I believe it beats a spinlock because the processor can implement it without actually stopping all the other CPUs. It can go ahead and do the whole operation as if the other CPUs didn't exist, then check whether there had been any conflicting activity by another CPU, and in the unlikely event that there was, try again. The spinlock requires all the other CPUs (that want that lock) to stop doing work while the one holder runs.

But here, we aren't talking about using cmpxchg() per se instead of a spinlock. We're talking about using it as part of some RCU logic so that an entire sequence of (lookup, find, and add a reference) can happen at the same time as another thread is destroying the found object.

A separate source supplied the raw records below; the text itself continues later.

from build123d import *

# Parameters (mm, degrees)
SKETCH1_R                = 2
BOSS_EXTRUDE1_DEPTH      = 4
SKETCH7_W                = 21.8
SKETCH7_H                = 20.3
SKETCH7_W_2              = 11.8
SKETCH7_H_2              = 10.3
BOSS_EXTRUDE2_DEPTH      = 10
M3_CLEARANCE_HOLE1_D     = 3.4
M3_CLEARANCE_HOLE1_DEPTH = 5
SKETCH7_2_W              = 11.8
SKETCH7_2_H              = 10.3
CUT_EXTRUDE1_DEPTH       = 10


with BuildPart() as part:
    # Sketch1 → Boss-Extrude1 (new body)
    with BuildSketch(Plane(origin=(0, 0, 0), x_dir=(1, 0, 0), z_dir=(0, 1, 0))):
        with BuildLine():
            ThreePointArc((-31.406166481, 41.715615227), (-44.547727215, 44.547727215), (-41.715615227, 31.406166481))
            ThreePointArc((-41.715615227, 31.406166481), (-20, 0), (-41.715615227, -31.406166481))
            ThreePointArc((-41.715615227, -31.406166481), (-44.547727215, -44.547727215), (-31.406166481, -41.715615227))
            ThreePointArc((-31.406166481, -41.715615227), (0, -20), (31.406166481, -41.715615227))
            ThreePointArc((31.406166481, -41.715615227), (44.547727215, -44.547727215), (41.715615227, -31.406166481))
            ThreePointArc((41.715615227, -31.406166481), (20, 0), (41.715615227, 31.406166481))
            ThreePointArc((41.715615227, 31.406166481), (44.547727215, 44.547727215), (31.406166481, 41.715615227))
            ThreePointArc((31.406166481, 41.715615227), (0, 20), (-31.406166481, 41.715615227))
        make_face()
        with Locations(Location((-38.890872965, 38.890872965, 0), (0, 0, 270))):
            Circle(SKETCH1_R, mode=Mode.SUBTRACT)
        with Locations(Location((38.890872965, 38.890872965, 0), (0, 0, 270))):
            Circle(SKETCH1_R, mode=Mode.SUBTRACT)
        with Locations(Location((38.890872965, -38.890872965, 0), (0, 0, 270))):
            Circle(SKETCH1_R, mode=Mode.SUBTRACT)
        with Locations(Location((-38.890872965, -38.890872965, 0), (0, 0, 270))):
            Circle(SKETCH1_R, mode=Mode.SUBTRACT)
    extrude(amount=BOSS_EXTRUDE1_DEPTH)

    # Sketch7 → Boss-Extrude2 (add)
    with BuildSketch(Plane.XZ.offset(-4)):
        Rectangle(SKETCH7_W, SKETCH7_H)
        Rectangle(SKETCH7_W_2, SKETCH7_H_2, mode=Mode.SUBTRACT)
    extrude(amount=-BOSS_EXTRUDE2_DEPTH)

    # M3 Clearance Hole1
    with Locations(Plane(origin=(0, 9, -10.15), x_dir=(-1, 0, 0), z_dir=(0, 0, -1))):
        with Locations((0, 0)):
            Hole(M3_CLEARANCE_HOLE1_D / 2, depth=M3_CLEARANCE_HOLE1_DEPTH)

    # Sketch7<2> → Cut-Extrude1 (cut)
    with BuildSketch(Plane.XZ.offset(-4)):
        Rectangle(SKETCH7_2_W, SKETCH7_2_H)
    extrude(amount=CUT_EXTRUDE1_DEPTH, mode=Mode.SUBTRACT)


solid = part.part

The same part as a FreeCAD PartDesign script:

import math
import FreeCAD as App
import Part
import Sketcher


def add_polygon(sketch, points):
    """Adds a closed chain of lines whose ends are joined by coincident constraints."""
    first, n = sketch.GeometryCount, len(points)
    for a, b in zip(points, points[1:] + points[:1]):
        sketch.addGeometry(Part.LineSegment(App.Vector(*a, 0), App.Vector(*b, 0)), False)
    for i in range(n):
        sketch.addConstraint(Sketcher.Constraint("Coincident", first + i, 2, first + (i + 1) % n, 1))

doc = App.newDocument("Part")
body = doc.addObject("PartDesign::Body", "Body")

# Sketch on XZ plane
sketch1 = body.newObject("Sketcher::SketchObject", "Sketch")
sketch1.AttachmentSupport = (doc.getObject("XZ_Plane"), [""])
sketch1.MapMode = "FlatFace"
sketch1.addGeometry([
    Part.ArcOfCircle(Part.Circle(App.Vector(-38.9, -38.9, 0), App.Vector(0, 0, 1), 8), math.radians(111), math.radians(339)),  # 0
    Part.ArcOfCircle(Part.Circle(App.Vector(-53.6, 0, 0), App.Vector(0, 0, 1), 33.6), math.radians(-69), math.radians(69)),  # 1
    Part.ArcOfCircle(Part.Circle(App.Vector(-38.9, 38.9, 0), App.Vector(0, 0, 1), 8), math.radians(21), math.radians(249)),  # 2
    Part.ArcOfCircle(Part.Circle(App.Vector(0, 53.6, 0), App.Vector(0, 0, 1), 33.6), math.radians(-159), math.radians(-21)),  # 3
    Part.ArcOfCircle(Part.Circle(App.Vector(38.9, 38.9, 0), App.Vector(0, 0, 1), 8), math.radians(-69), math.radians(159)),  # 4
    Part.ArcOfCircle(Part.Circle(App.Vector(53.6, 0, 0), App.Vector(0, 0, 1), 33.6), math.radians(111), math.radians(249)),  # 5
    Part.ArcOfCircle(Part.Circle(App.Vector(38.9, -38.9, 0), App.Vector(0, 0, 1), 8), math.radians(-159), math.radians(69)),  # 6
    Part.ArcOfCircle(Part.Circle(App.Vector(0, -53.6, 0), App.Vector(0, 0, 1), 33.6), math.radians(21), math.radians(159)),  # 7
    Part.Circle(App.Vector(-38.9, 38.9, 0), App.Vector(0, 0, 1), 2),  # 8
    Part.Circle(App.Vector(38.9, 38.9, 0), App.Vector(0, 0, 1), 2),  # 9
    Part.Circle(App.Vector(-38.9, -38.9, 0), App.Vector(0, 0, 1), 2),  # 10
    Part.Circle(App.Vector(38.9, -38.9, 0), App.Vector(0, 0, 1), 2),  # 11
], False)
sketch1.addConstraint([
    Sketcher.Constraint("Tangent", 0, 1, 1, 1),
    Sketcher.Constraint("Tangent", 1, 2, 2, 2),
    Sketcher.Constraint("Tangent", 2, 1, 3, 1),
    Sketcher.Constraint("Tangent", 3, 2, 4, 2),
    Sketcher.Constraint("Tangent", 4, 1, 5, 1),
    Sketcher.Constraint("Tangent", 5, 2, 6, 2),
    Sketcher.Constraint("Tangent", 6, 1, 7, 1),
    Sketcher.Constraint("Tangent", 7, 2, 0, 2),
    Sketcher.Constraint("Coincident", 8, 3, 2, 3),
    Sketcher.Constraint("Coincident", 9, 3, 4, 3),
    Sketcher.Constraint("Coincident", 10, 3, 0, 3),
    Sketcher.Constraint("Coincident", 11, 3, 6, 3),
    Sketcher.Constraint("Equal", 0, 2),
    Sketcher.Constraint("Equal", 1, 3),
    Sketcher.Constraint("Equal", 2, 4),
    Sketcher.Constraint("Equal", 3, 5),
    Sketcher.Constraint("Equal", 4, 6),
    Sketcher.Constraint("Equal", 5, 7),
    Sketcher.Constraint("Equal", 8, 9),
    Sketcher.Constraint("Equal", 9, 10),
    Sketcher.Constraint("Equal", 10, 11),
    Sketcher.Constraint("Symmetric", 0, 3, 4, 3, -1, 1),
    Sketcher.Constraint("Symmetric", 2, 3, 6, 3, -1, 1),
    Sketcher.Constraint("Symmetric", 2, 3, 4, 3, -2),
    Sketcher.Constraint("Diameter", 8, 4.0),
    Sketcher.Constraint("Radius", 0, 8.0),
    Sketcher.Constraint("Radius", 1, 33.568361),
    Sketcher.Constraint("DistanceX", 1, 3, -1, 1, 53.568361),
    Sketcher.Constraint("DistanceY", -1, 1, 3, 3, 53.568361),
])
pad1 = body.newObject("PartDesign::Pad", "Pad")
pad1.Profile = sketch1
pad1.Length = 4
pad1.Reversed = True

# Sketch on XZ plane
sketch2 = body.newObject("Sketcher::SketchObject", "Sketch001")
sketch2.AttachmentSupport = (doc.getObject("XZ_Plane"), [""])
sketch2.MapMode = "FlatFace"
sketch2.AttachmentOffset = App.Placement(App.Vector(0, 0, -4), App.Rotation())
add_polygon(sketch2, [(-11, 10), (-11, -10), (11, -10), (11, 10)])  # lines 0-3
add_polygon(sketch2, [(6, -5), (-6, -5), (-6, 5), (6, 5)])  # lines 4-7
sketch2.addConstraint([
    Sketcher.Constraint("Vertical", 0),
    Sketcher.Constraint("Horizontal", 1),
    Sketcher.Constraint("Vertical", 2),
    Sketcher.Constraint("Horizontal", 3),
    Sketcher.Constraint("Horizontal", 4),
    Sketcher.Constraint("Vertical", 5),
    Sketcher.Constraint("Horizontal", 6),
    Sketcher.Constraint("Vertical", 7),
    Sketcher.Constraint("Symmetric", 0, 2, 2, 2, -1, 1),
    Sketcher.Constraint("Symmetric", 4, 2, 6, 2, -1, 1),
    Sketcher.Constraint("DistanceX", 1, 1, 1, 2, 21.8),
    Sketcher.Constraint("DistanceX", 4, 2, 4, 1, 11.8),
    Sketcher.Constraint("DistanceY", 0, 2, 0, 1, 20.3),
    Sketcher.Constraint("DistanceY", 5, 1, 5, 2, 10.3),
])
pad2 = body.newObject("PartDesign::Pad", "Pad001")
pad2.Profile = sketch2
pad2.Length = 10
pad2.Reversed = True

# Sketch on XY plane
sketch3 = body.newObject("Sketcher::SketchObject", "Sketch002")
sketch3.AttachmentSupport = (doc.getObject("XY_Plane"), [""])
sketch3.MapMode = "FlatFace"
sketch3.AttachmentOffset = App.Placement(App.Vector(0, 0, -10.15), App.Rotation())
sketch3.addGeometry(Part.Circle(App.Vector(0, 9, 0), App.Vector(0, 0, 1), 1.7), False)
sketch3.addConstraint([
    Sketcher.Constraint("PointOnObject", 0, 3, -2),
    Sketcher.Constraint("Diameter", 0, 3.4),
    Sketcher.Constraint("DistanceY", -1, 1, 0, 3, 9.0),
])
doc.recompute()
hole = body.newObject("PartDesign::Hole", "Hole")
hole.Profile = sketch3
hole.ThreadType = "None"
hole.Diameter = 3.4
hole.DepthType = "Dimension"
hole.Depth = 5
hole.DrillPoint = "Flat"
hole.Reversed = True

# Sketch on XZ plane
sketch4 = body.newObject("Sketcher::SketchObject", "Sketch003")
sketch4.AttachmentSupport = (doc.getObject("XZ_Plane"), [""])
sketch4.MapMode = "FlatFace"
sketch4.AttachmentOffset = App.Placement(App.Vector(0, 0, -4), App.Rotation())
add_polygon(sketch4, [(-6, 5), (-6, -5), (6, -5), (6, 5)])  # lines 0-3
sketch4.addConstraint([
    Sketcher.Constraint("Vertical", 0),
    Sketcher.Constraint("Horizontal", 1),
    Sketcher.Constraint("Vertical", 2),
    Sketcher.Constraint("Horizontal", 3),
    Sketcher.Constraint("Symmetric", 0, 2, 2, 2, -1, 1),
    Sketcher.Constraint("DistanceX", 1, 1, 1, 2, 11.8),
    Sketcher.Constraint("DistanceY", 0, 2, 0, 1, 10.3),
])
pocket1 = body.newObject("PartDesign::Pocket", "Pocket")
pocket1.Profile = sketch4
pocket1.Length = 10
pocket1.Reversed = True

doc.recompute()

Traditionally, that whole sequence would be covered by a spinlock, and two CPUs at a time could not do it, even for different objects. Nor could any CPU destroy any object while another CPU was in this lookup sequence. CPUs would be waiting for another CPU to do something that isn't even an actual conflict.

RCU-safe reference counting

Posted Jul 19, 2004 9:26 UTC (Mon) by khim (subscriber, #9252) [Link]

Never mind that cmpxchg() is a spinlock in different clothes.

Yes and no. It's reuse of existing "spinlock". Each and every access to every byte of RAM on SMP system is covered by "spinlock" anyway - think about cache cogerency! Yes, it's not really implemented as spinlock and there are different implementations of idea but the end result is the same: access to every byte in modern SMP systems is covered by "sort of spinlock" (and if two processors stomp each other feets too often system slows down to a crawl as you can guess). And cmpxchg() is using this feature - that's all. Since each and every access to any variable should be held with such "spinlock" held it's not slower then simple access without cmpxchg() function.